RECORDS FOR THIS TASK »

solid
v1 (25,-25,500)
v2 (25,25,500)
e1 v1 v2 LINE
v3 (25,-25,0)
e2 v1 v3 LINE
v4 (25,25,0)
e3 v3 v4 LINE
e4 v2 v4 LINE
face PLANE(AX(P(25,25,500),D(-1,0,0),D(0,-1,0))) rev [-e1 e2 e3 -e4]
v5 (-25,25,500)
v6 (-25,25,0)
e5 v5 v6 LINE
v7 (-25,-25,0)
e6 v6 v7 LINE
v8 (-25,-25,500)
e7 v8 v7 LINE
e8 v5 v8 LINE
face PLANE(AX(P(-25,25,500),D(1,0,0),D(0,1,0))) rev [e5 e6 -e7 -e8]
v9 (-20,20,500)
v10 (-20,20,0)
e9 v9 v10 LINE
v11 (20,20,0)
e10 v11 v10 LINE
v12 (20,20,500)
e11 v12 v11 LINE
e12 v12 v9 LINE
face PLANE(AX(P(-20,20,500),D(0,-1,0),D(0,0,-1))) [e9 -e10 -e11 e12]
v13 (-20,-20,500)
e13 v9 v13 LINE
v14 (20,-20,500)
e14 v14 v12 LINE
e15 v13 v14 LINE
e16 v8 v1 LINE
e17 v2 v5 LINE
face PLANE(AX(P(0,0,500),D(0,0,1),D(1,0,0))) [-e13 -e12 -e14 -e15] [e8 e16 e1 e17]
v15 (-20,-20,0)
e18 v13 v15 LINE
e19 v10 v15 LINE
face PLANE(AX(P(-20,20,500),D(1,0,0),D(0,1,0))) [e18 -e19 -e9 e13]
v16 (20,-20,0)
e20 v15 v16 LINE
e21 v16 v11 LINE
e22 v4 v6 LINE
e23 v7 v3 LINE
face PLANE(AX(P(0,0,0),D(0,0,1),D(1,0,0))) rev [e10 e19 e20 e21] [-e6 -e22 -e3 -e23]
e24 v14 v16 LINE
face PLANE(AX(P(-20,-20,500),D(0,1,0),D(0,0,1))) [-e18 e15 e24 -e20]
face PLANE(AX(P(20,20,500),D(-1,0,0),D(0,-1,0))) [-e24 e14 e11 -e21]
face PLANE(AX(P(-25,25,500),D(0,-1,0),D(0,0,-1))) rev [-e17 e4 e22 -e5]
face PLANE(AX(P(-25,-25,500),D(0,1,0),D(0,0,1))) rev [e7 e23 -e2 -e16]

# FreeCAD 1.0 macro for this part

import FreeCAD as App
import Part
import Sketcher

doc = App.newDocument("Part")
body = doc.addObject("PartDesign::Body", "Body")

# Sketch on XY plane
sketch1 = doc.addObject("Sketcher::SketchObject", "Sketch")
body.addObject(sketch1)
sketch1.AttachmentSupport = (doc.XY_Plane, [""])
sketch1.MapMode = "FlatFace"
sketch1.addGeometry([
    Part.LineSegment(App.Vector(-25, 25, 0), App.Vector(-25, -25, 0)),  # 0
    Part.LineSegment(App.Vector(-25, -25, 0), App.Vector(25, -25, 0)),  # 1
    Part.LineSegment(App.Vector(25, -25, 0), App.Vector(25, 25, 0)),  # 2
    Part.LineSegment(App.Vector(25, 25, 0), App.Vector(-25, 25, 0)),  # 3
    Part.LineSegment(App.Vector(20, -20, 0), App.Vector(-20, -20, 0)),  # 4
    Part.LineSegment(App.Vector(-20, -20, 0), App.Vector(-20, 20, 0)),  # 5
    Part.LineSegment(App.Vector(-20, 20, 0), App.Vector(20, 20, 0)),  # 6
    Part.LineSegment(App.Vector(20, 20, 0), App.Vector(20, -20, 0)),  # 7
], False)
sketch1.addConstraint([
    Sketcher.Constraint("Coincident", 0, 2, 1, 1),
    Sketcher.Constraint("Coincident", 1, 2, 2, 1),
    Sketcher.Constraint("Coincident", 2, 2, 3, 1),
    Sketcher.Constraint("Coincident", 3, 2, 0, 1),
    Sketcher.Constraint("Coincident", 4, 2, 5, 1),
    Sketcher.Constraint("Coincident", 5, 2, 6, 1),
    Sketcher.Constraint("Coincident", 6, 2, 7, 1),
    Sketcher.Constraint("Coincident", 7, 2, 4, 1),
    Sketcher.Constraint("Vertical", 0),
    Sketcher.Constraint("Horizontal", 1),
    Sketcher.Constraint("Vertical", 2),
    Sketcher.Constraint("Horizontal", 3),
    Sketcher.Constraint("Horizontal", 4),
    Sketcher.Constraint("Vertical", 5),
    Sketcher.Constraint("Horizontal", 6),
    Sketcher.Constraint("Vertical", 7),
    Sketcher.Constraint("Symmetric", 0, 2, 2, 2, -1, 1),
    Sketcher.Constraint("Symmetric", 4, 2, 6, 2, -1, 1),
    Sketcher.Constraint("Equal", 3, 0),
    Sketcher.Constraint("Equal", 6, 5),
    Sketcher.Constraint("DistanceX", 1, 1, 1, 2, 50.0),
    Sketcher.Constraint("DistanceX", 4, 2, 4, 1, 40.0),
])
pad1 = doc.addObject("PartDesign::Pad", "Pad")
body.addObject(pad1)
pad1.Profile = sketch1
pad1.Length = 500

doc.recompute()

ASSIGNMENT » Repeat every record above. Each one must match exactly.

THE COMPLETED TASK »
solid
v1 (25,-25,500)
v2 (25,25,500)
e1 v1 v2 LINE
v3 (25,-25,0)
e2 v1 v3 LINE
v4 (25,25,0)
e3 v3 v4 LINE
e4 v2 v4 LINE
face PLANE(AX(P(25,25,500),D(-1,0,0),D(0,-1,0))) rev [-e1 e2 e3 -e4]
v5 (-25,25,500)
v6 (-25,25,0)
e5 v5 v6 LINE
v7 (-25,-25,0)
e6 v6 v7 LINE
v8 (-25,-25,500)
e7 v8 v7 LINE
e8 v5 v8 LINE
face PLANE(AX(P(-25,25,500),D(1,0,0),D(0,1,0))) rev [e5 e6 -e7 -e8]
v9 (-20,20,500)
v10 (-20,20,0)
e9 v9 v10 LINE
v11 (20,20,0)
e10 v11 v10 LINE
v12 (20,20,500)
e11 v12 v11 LINE
e12 v12 v9 LINE
face PLANE(AX(P(-20,20,500),D(0,-1,0),D(0,0,-1))) [e9 -e10 -e11 e12]
v13 (-20,-20,500)
e13 v9 v13 LINE
v14 (20,-20,500)
e14 v14 v12 LINE
e15 v13 v14 LINE
e16 v8 v1 LINE
e17 v2 v5 LINE
face PLANE(AX(P(0,0,500),D(0,0,1),D(1,0,0))) [-e13 -e12 -e14 -e15] [e8 e16 e1 e17]
v15 (-20,-20,0)
e18 v13 v15 LINE
e19 v10 v15 LINE
face PLANE(AX(P(-20,20,500),D(1,0,0),D(0,1,0))) [e18 -e19 -e9 e13]
v16 (20,-20,0)
e20 v15 v16 LINE
e21 v16 v11 LINE
e22 v4 v6 LINE
e23 v7 v3 LINE
face PLANE(AX(P(0,0,0),D(0,0,1),D(1,0,0))) rev [e10 e19 e20 e21] [-e6 -e22 -e3 -e23]
e24 v14 v16 LINE
face PLANE(AX(P(-20,-20,500),D(0,1,0),D(0,0,1))) [-e18 e15 e24 -e20]
face PLANE(AX(P(20,20,500),D(-1,0,0),D(0,-1,0))) [-e24 e14 e11 -e21]
face PLANE(AX(P(-25,25,500),D(0,-1,0),D(0,0,-1))) rev [-e17 e4 e22 -e5]
face PLANE(AX(P(-25,-25,500),D(0,1,0),D(0,0,1))) rev [e7 e23 -e2 -e16]

# FreeCAD 1.0 macro for this part

import FreeCAD as App
import Part
import Sketcher

doc = App.newDocument("Part")
body = doc.addObject("PartDesign::Body", "Body")

# Sketch on XY plane
sketch1 = doc.addObject("Sketcher::SketchObject", "Sketch")
body.addObject(sketch1)
sketch1.AttachmentSupport = (doc.XY_Plane, [""])
sketch1.MapMode = "FlatFace"
sketch1.addGeometry([
    Part.LineSegment(App.Vector(-25, 25, 0), App.Vector(-25, -25, 0)),  # 0
    Part.LineSegment(App.Vector(-25, -25, 0), App.Vector(25, -25, 0)),  # 1
    Part.LineSegment(App.Vector(25, -25, 0), App.Vector(25, 25, 0)),  # 2
    Part.LineSegment(App.Vector(25, 25, 0), App.Vector(-25, 25, 0)),  # 3
    Part.LineSegment(App.Vector(20, -20, 0), App.Vector(-20, -20, 0)),  # 4
    Part.LineSegment(App.Vector(-20, -20, 0), App.Vector(-20, 20, 0)),  # 5
    Part.LineSegment(App.Vector(-20, 20, 0), App.Vector(20, 20, 0)),  # 6
    Part.LineSegment(App.Vector(20, 20, 0), App.Vector(20, -20, 0)),  # 7
], False)
sketch1.addConstraint([
    Sketcher.Constraint("Coincident", 0, 2, 1, 1),
    Sketcher.Constraint("Coincident", 1, 2, 2, 1),
    Sketcher.Constraint("Coincident", 2, 2, 3, 1),
    Sketcher.Constraint("Coincident", 3, 2, 0, 1),
    Sketcher.Constraint("Coincident", 4, 2, 5, 1),
    Sketcher.Constraint("Coincident", 5, 2, 6, 1),
    Sketcher.Constraint("Coincident", 6, 2, 7, 1),
    Sketcher.Constraint("Coincident", 7, 2, 4, 1),
    Sketcher.Constraint("Vertical", 0),
    Sketcher.Constraint("Horizontal", 1),
    Sketcher.Constraint("Vertical", 2),
    Sketcher.Constraint("Horizontal", 3),
    Sketcher.Constraint("Horizontal", 4),
    Sketcher.Constraint("Vertical", 5),
    Sketcher.Constraint("Horizontal", 6),
    Sketcher.Constraint("Vertical", 7),
    Sketcher.Constraint("Symmetric", 0, 2, 2, 2, -1, 1),
    Sketcher.Constraint("Symmetric", 4, 2, 6, 2, -1, 1),
    Sketcher.Constraint("Equal", 3, 0),
    Sketcher.Constraint("Equal", 6, 5),
    Sketcher.Constraint("DistanceX", 1, 1, 1, 2, 50.0),
    Sketcher.Constraint("DistanceX", 4, 2, 4, 1, 40.0),
])
pad1 = doc.addObject("PartDesign::Pad", "Pad")
body.addObject(pad1)
pad1.Profile = sketch1
pad1.Length = 500

doc.recompute()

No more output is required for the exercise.